▶ Task directions: What number of lines in the material contain the word "Rectangle"? Give that number alone.

▶ Supplied records:

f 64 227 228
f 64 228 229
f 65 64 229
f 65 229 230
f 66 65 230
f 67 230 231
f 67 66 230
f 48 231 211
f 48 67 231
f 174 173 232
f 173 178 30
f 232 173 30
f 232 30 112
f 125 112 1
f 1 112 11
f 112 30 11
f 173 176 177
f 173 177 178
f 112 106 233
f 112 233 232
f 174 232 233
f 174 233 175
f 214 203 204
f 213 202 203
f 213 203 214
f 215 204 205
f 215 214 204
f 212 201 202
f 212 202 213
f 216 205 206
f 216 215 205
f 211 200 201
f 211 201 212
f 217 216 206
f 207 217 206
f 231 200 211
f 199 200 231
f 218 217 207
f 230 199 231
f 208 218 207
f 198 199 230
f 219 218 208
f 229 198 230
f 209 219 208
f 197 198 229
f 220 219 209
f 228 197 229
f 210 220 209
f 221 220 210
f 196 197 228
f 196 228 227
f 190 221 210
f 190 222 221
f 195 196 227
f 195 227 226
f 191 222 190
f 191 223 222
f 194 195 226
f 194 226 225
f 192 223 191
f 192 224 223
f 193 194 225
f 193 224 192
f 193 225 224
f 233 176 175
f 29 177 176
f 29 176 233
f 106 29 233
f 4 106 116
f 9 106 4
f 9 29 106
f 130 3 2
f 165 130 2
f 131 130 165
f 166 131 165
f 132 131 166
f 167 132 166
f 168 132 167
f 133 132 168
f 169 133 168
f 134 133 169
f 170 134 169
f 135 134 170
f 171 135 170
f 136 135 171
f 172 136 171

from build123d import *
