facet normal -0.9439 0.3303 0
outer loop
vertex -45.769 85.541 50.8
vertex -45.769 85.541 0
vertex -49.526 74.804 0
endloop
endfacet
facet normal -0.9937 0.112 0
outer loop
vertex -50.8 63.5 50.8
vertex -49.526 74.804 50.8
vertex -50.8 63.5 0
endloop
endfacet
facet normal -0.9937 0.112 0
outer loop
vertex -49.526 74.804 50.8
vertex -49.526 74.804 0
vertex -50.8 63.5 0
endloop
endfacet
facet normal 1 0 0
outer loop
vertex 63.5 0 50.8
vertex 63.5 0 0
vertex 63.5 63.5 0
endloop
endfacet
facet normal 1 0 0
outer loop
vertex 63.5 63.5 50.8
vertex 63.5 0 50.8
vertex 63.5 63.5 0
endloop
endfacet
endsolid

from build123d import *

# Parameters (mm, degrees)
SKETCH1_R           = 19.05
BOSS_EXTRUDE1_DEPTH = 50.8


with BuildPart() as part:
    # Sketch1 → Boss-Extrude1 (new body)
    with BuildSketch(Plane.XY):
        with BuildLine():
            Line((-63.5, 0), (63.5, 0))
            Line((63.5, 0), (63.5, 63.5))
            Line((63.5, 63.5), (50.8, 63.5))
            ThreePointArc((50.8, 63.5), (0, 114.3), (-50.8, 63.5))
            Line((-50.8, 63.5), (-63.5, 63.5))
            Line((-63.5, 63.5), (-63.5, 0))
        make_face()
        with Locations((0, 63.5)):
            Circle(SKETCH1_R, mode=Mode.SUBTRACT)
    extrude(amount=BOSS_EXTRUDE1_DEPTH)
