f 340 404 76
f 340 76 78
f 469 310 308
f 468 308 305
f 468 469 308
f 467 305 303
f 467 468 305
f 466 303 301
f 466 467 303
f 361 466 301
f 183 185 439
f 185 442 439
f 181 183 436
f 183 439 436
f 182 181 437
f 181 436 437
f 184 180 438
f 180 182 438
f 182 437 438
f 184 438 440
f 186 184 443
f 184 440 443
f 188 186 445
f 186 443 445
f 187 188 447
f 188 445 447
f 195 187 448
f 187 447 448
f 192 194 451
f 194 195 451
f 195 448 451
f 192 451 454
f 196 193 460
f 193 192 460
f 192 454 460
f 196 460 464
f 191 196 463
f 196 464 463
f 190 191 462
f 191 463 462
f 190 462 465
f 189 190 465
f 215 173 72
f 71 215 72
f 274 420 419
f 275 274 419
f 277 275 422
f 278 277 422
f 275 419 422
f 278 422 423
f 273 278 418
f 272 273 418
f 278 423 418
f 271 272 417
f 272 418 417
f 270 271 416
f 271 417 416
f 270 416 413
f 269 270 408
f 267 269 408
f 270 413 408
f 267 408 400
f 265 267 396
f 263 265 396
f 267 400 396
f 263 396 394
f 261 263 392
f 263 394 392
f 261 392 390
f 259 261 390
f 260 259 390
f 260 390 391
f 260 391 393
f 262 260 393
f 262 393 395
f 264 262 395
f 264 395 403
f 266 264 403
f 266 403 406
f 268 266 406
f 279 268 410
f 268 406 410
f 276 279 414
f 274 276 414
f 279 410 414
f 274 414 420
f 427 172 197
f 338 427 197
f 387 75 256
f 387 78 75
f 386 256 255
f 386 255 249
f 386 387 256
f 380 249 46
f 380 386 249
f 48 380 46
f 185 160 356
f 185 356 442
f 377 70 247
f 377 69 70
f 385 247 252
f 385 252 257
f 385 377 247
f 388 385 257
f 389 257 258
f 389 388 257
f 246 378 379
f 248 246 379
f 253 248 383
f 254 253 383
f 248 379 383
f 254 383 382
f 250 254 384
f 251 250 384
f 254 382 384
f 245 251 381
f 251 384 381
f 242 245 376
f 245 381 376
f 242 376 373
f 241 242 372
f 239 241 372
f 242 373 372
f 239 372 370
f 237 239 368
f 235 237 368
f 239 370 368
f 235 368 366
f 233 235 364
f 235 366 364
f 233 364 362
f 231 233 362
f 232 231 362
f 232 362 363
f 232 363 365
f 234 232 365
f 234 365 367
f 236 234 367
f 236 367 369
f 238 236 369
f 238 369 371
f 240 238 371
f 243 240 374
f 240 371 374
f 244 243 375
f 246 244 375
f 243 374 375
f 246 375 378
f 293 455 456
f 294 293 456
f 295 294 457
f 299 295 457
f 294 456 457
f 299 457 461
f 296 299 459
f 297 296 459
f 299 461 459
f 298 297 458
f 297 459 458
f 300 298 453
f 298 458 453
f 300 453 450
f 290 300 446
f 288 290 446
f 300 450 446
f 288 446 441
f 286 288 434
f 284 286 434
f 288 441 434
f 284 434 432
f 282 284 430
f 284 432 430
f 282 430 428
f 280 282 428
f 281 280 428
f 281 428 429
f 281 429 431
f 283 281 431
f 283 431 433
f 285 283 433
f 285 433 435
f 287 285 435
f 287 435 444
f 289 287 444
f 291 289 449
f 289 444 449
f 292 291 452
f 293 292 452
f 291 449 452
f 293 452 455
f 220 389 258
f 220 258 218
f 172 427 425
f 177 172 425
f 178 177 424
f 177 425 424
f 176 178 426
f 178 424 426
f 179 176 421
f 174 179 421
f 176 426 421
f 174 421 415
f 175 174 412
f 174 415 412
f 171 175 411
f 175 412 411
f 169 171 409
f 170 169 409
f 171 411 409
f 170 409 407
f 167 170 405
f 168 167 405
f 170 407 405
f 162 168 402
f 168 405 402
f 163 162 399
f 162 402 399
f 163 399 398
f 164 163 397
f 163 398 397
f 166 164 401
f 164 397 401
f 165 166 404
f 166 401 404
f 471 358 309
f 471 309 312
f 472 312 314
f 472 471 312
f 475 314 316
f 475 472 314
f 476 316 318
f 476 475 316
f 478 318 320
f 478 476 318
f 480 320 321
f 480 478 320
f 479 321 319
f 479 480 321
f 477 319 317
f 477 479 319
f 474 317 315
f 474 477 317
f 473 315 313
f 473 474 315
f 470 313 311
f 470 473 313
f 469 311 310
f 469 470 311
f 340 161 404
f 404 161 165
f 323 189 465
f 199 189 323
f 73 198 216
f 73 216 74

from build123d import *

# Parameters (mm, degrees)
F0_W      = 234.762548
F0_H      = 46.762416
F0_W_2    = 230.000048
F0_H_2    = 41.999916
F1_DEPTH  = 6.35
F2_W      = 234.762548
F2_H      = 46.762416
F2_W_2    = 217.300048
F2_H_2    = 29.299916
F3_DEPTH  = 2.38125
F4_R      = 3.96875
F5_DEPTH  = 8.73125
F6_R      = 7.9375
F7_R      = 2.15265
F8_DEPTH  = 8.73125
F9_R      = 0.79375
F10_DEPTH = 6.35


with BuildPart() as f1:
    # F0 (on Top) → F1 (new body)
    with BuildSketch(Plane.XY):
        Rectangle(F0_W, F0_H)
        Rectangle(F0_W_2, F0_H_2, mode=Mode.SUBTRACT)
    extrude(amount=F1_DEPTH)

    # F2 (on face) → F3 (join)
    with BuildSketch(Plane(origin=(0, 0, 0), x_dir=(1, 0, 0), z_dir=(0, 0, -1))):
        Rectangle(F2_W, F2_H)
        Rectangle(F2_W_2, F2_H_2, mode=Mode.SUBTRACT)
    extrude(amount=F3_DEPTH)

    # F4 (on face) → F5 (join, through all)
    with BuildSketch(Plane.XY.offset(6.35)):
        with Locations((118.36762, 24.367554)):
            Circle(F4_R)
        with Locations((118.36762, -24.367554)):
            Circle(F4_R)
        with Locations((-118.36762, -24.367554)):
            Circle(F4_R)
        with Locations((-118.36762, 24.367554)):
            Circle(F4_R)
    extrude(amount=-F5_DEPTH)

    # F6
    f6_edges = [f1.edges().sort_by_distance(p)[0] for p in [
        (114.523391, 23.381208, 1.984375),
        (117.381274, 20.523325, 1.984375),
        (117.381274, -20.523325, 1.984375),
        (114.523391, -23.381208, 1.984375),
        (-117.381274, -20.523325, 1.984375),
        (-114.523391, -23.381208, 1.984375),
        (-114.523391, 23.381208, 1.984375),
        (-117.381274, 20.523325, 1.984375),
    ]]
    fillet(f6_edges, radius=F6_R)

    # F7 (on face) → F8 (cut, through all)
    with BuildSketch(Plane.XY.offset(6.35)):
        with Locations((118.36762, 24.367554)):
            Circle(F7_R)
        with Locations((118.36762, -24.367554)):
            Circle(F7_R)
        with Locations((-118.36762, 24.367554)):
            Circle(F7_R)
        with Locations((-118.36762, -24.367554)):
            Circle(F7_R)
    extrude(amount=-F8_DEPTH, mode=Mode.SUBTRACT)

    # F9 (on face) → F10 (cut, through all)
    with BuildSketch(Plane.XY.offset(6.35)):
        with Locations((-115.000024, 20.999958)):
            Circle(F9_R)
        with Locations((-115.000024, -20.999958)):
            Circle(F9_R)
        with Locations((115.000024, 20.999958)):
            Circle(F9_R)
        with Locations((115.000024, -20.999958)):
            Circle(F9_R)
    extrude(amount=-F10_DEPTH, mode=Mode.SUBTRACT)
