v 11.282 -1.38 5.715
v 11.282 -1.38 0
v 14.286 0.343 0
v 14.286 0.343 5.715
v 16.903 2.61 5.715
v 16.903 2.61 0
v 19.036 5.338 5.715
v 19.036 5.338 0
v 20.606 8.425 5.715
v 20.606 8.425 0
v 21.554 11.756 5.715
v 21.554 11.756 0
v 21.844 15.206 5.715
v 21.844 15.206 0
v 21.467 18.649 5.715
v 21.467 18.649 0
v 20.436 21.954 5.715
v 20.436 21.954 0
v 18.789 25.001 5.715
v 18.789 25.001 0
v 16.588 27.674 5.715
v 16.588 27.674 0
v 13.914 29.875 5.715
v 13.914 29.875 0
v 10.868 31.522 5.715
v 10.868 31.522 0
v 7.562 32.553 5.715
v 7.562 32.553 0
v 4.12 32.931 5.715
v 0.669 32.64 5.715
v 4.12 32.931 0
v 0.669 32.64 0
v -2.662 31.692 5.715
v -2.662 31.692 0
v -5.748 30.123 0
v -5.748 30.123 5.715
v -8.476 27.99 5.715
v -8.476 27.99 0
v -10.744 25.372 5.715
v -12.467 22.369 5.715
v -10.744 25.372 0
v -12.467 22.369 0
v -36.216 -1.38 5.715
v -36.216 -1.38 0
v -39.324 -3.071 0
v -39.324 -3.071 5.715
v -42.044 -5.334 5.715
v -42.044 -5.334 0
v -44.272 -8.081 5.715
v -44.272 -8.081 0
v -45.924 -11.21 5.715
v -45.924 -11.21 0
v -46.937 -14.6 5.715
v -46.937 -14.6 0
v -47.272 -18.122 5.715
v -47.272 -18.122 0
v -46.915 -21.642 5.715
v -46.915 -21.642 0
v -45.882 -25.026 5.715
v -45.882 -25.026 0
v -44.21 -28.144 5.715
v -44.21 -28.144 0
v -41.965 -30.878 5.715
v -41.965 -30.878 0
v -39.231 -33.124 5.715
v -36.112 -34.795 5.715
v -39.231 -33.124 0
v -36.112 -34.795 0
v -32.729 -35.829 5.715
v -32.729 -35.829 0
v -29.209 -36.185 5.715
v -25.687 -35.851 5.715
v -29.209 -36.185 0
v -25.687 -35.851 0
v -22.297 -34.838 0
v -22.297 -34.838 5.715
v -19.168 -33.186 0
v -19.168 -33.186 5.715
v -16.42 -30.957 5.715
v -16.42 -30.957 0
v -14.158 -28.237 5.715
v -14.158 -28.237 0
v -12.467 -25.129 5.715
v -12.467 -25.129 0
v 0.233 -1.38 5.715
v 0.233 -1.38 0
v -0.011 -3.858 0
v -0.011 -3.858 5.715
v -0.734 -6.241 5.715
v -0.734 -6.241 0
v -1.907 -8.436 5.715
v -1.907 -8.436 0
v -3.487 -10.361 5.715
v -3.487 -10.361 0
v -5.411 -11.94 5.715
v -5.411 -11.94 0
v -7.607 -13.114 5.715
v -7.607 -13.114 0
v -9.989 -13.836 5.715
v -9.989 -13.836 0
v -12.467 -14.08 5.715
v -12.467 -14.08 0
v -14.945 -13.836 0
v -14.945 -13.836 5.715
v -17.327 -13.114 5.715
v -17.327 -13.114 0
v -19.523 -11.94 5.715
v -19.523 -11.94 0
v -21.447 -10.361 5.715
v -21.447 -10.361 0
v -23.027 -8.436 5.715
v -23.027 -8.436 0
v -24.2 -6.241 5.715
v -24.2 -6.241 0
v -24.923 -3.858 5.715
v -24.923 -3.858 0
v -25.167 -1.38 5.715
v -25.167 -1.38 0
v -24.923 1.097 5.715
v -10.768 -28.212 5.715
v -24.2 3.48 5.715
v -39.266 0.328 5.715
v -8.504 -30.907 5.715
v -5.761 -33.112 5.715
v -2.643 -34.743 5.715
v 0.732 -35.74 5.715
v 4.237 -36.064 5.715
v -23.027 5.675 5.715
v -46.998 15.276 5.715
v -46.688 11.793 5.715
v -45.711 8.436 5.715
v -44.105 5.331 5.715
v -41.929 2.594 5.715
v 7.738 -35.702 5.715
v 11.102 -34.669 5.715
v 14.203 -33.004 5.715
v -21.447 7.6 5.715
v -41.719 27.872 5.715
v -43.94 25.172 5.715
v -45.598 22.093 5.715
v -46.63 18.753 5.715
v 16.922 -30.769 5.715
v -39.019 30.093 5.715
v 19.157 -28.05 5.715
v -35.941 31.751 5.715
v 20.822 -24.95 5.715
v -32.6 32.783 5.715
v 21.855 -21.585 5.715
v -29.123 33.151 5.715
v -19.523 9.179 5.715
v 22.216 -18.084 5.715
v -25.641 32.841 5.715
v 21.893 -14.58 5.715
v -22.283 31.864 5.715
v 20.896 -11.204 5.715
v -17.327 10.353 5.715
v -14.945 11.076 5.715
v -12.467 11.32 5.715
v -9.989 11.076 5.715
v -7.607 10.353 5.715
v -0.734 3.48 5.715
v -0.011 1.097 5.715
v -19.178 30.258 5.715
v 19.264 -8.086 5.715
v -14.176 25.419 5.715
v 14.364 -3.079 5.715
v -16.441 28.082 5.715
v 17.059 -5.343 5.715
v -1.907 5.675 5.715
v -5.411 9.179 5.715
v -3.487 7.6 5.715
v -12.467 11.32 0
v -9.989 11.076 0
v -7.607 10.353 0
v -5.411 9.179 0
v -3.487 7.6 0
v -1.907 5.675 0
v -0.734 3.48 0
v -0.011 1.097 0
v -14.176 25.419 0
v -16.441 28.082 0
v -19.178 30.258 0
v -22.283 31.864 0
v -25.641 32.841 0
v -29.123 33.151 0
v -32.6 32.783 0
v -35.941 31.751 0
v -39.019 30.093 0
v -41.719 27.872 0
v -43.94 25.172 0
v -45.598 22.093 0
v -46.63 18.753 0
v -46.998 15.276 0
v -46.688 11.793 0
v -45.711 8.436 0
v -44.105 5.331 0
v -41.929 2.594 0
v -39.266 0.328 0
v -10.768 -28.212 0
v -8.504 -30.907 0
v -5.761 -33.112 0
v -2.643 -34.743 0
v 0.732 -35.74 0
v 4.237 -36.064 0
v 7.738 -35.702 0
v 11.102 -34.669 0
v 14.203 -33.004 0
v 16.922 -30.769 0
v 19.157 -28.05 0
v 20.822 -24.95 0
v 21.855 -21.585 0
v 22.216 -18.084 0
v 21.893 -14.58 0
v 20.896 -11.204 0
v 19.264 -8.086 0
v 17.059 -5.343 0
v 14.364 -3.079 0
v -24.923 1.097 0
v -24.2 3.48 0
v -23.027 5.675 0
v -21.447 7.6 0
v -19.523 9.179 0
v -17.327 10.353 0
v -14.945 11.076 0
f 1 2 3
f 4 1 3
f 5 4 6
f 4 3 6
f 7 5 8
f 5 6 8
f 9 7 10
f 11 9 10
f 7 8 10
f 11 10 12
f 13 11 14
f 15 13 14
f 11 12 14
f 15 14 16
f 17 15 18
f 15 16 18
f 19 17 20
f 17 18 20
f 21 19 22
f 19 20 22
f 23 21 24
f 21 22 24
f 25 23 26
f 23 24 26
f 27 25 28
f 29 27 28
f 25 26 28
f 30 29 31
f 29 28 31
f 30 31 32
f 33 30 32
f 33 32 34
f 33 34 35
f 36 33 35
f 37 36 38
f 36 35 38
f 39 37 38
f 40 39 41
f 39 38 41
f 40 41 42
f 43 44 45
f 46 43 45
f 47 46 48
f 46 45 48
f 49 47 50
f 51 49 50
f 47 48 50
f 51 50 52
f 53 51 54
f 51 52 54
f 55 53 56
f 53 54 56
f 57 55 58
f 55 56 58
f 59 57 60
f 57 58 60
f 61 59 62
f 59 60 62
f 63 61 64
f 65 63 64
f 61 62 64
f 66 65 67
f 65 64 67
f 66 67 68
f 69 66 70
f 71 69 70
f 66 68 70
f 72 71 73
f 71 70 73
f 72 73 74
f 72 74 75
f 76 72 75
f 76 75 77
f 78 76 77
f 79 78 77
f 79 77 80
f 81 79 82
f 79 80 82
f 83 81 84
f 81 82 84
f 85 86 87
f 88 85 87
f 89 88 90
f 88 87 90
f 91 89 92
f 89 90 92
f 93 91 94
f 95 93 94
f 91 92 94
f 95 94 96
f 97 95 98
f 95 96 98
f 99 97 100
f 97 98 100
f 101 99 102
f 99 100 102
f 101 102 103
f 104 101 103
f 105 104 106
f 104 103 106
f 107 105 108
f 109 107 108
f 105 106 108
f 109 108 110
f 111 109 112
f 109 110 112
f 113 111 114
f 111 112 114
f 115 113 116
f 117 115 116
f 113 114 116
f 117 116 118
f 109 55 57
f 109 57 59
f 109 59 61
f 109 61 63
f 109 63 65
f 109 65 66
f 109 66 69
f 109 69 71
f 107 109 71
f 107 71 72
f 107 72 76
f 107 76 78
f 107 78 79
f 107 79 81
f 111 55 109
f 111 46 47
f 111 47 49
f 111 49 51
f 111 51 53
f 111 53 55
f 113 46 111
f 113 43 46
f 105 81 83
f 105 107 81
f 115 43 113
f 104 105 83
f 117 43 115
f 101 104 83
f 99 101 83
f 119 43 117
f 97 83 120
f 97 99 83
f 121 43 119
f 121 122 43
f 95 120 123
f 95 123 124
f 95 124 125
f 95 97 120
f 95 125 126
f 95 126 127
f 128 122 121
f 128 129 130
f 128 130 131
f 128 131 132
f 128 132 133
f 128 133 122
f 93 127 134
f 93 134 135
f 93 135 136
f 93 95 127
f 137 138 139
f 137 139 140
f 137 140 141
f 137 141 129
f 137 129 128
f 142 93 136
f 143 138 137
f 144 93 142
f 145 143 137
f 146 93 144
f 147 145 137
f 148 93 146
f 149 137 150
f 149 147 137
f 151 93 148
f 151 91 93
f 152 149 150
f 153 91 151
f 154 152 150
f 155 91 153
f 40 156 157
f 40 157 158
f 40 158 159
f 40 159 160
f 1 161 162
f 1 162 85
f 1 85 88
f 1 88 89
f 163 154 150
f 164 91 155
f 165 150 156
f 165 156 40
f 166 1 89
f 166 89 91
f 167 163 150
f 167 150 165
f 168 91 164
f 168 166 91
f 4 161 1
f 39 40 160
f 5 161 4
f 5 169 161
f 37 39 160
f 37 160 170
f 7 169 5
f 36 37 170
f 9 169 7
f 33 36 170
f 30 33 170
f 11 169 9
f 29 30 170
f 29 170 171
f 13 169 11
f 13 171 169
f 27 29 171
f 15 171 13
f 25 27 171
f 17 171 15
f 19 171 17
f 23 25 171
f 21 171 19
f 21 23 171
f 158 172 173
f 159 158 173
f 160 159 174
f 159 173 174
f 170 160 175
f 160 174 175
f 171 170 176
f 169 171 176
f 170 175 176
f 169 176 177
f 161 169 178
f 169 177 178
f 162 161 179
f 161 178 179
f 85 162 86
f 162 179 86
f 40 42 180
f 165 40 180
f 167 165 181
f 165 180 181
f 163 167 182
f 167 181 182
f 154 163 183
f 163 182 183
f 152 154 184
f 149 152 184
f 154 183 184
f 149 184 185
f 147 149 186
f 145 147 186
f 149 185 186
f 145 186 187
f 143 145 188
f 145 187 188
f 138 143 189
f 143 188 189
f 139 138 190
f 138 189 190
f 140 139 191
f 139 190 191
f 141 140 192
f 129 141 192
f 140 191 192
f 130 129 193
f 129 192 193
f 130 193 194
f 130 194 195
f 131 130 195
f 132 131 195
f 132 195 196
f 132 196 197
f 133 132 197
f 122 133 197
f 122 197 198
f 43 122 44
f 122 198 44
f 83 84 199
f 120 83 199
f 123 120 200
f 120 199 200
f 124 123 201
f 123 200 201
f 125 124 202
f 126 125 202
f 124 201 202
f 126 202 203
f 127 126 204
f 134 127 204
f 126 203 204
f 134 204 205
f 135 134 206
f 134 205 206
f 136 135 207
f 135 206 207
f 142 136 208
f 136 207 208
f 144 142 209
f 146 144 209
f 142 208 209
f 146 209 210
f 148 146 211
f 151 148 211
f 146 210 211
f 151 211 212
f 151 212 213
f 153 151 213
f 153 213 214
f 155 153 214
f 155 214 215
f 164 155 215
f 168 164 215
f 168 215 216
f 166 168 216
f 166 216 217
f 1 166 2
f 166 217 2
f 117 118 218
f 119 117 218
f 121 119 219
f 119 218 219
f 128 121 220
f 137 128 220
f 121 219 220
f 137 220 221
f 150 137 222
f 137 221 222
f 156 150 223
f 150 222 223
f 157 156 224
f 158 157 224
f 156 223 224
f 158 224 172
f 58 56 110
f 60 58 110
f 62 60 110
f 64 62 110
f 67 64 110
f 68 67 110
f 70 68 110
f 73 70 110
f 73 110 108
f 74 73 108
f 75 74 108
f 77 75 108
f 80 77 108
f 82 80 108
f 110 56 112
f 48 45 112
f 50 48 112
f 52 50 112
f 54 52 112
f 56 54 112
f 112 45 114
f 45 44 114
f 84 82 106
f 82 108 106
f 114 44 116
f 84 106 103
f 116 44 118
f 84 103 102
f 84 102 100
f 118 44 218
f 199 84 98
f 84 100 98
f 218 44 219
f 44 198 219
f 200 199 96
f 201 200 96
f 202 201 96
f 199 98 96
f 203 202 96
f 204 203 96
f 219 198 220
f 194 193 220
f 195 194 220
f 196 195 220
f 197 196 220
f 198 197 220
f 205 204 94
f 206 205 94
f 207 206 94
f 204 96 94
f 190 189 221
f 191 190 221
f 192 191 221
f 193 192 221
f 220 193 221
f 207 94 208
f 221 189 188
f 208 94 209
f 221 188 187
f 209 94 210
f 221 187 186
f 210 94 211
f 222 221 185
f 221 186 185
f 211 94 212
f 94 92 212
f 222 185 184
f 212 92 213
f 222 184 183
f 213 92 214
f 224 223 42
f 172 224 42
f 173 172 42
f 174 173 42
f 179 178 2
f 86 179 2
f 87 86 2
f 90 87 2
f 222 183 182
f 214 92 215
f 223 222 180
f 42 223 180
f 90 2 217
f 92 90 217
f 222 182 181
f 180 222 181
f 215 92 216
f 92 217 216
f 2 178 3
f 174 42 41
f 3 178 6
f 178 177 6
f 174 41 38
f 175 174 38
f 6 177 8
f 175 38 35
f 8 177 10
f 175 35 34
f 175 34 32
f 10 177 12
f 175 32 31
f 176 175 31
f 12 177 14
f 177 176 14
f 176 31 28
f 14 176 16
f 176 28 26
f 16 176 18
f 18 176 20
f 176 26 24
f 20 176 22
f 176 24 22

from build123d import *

# Parameters (mm, degrees)
F1_DEPTH = 5.715


with BuildPart() as f1:
    # F0 (on Top) → F1 (new body)
    with BuildSketch(Plane.XY):
        with BuildLine():
            ThreePointArc((-12.466939, 11.319563), (-3.486683, 7.599819), (0.233061, -1.380437))
            Line((0.233061, -1.380437), (11.282061, -1.380437))
            ThreePointArc((11.282061, -1.380437), (16.587703, 27.674204), (-12.466939, 22.368563))
            Line((-12.466939, 22.368563), (-12.466939, 11.319563))
        make_face()
        with BuildLine():
            Line((11.282061, -1.380437), (0.233061, -1.380437))
            ThreePointArc((0.233061, -1.380437), (-3.486683, -10.360694), (-12.466939, -14.080437))
            Line((-12.466939, -14.080437), (-12.466939, -25.129437))
            ThreePointArc((-12.466939, -25.129437), (16.921955, -30.769331), (11.282061, -1.380437))
        make_face()
        with BuildLine():
            ThreePointArc((-25.166939, -1.380437), (-21.447195, 7.599819), (-12.466939, 11.319563))
            Line((-12.466939, 11.319563), (-12.466939, 22.368563))
            ThreePointArc((-12.466939, 22.368563), (-41.719379, 27.872003), (-36.215939, -1.380437))
            Line((-36.215939, -1.380437), (-25.166939, -1.380437))
        make_face()
        with BuildLine():
            Line((-12.466939, -25.129437), (-12.466939, -14.080437))
            ThreePointArc((-12.466939, -14.080437), (-21.447195, -10.360694), (-25.166939, -1.380437))
            Line((-25.166939, -1.380437), (-36.215939, -1.380437))
            ThreePointArc((-36.215939, -1.380437), (-41.964671, -30.87817), (-12.466939, -25.129437))
        make_face()
    extrude(amount=F1_DEPTH)


solid = f1.part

▶ Written reply: 4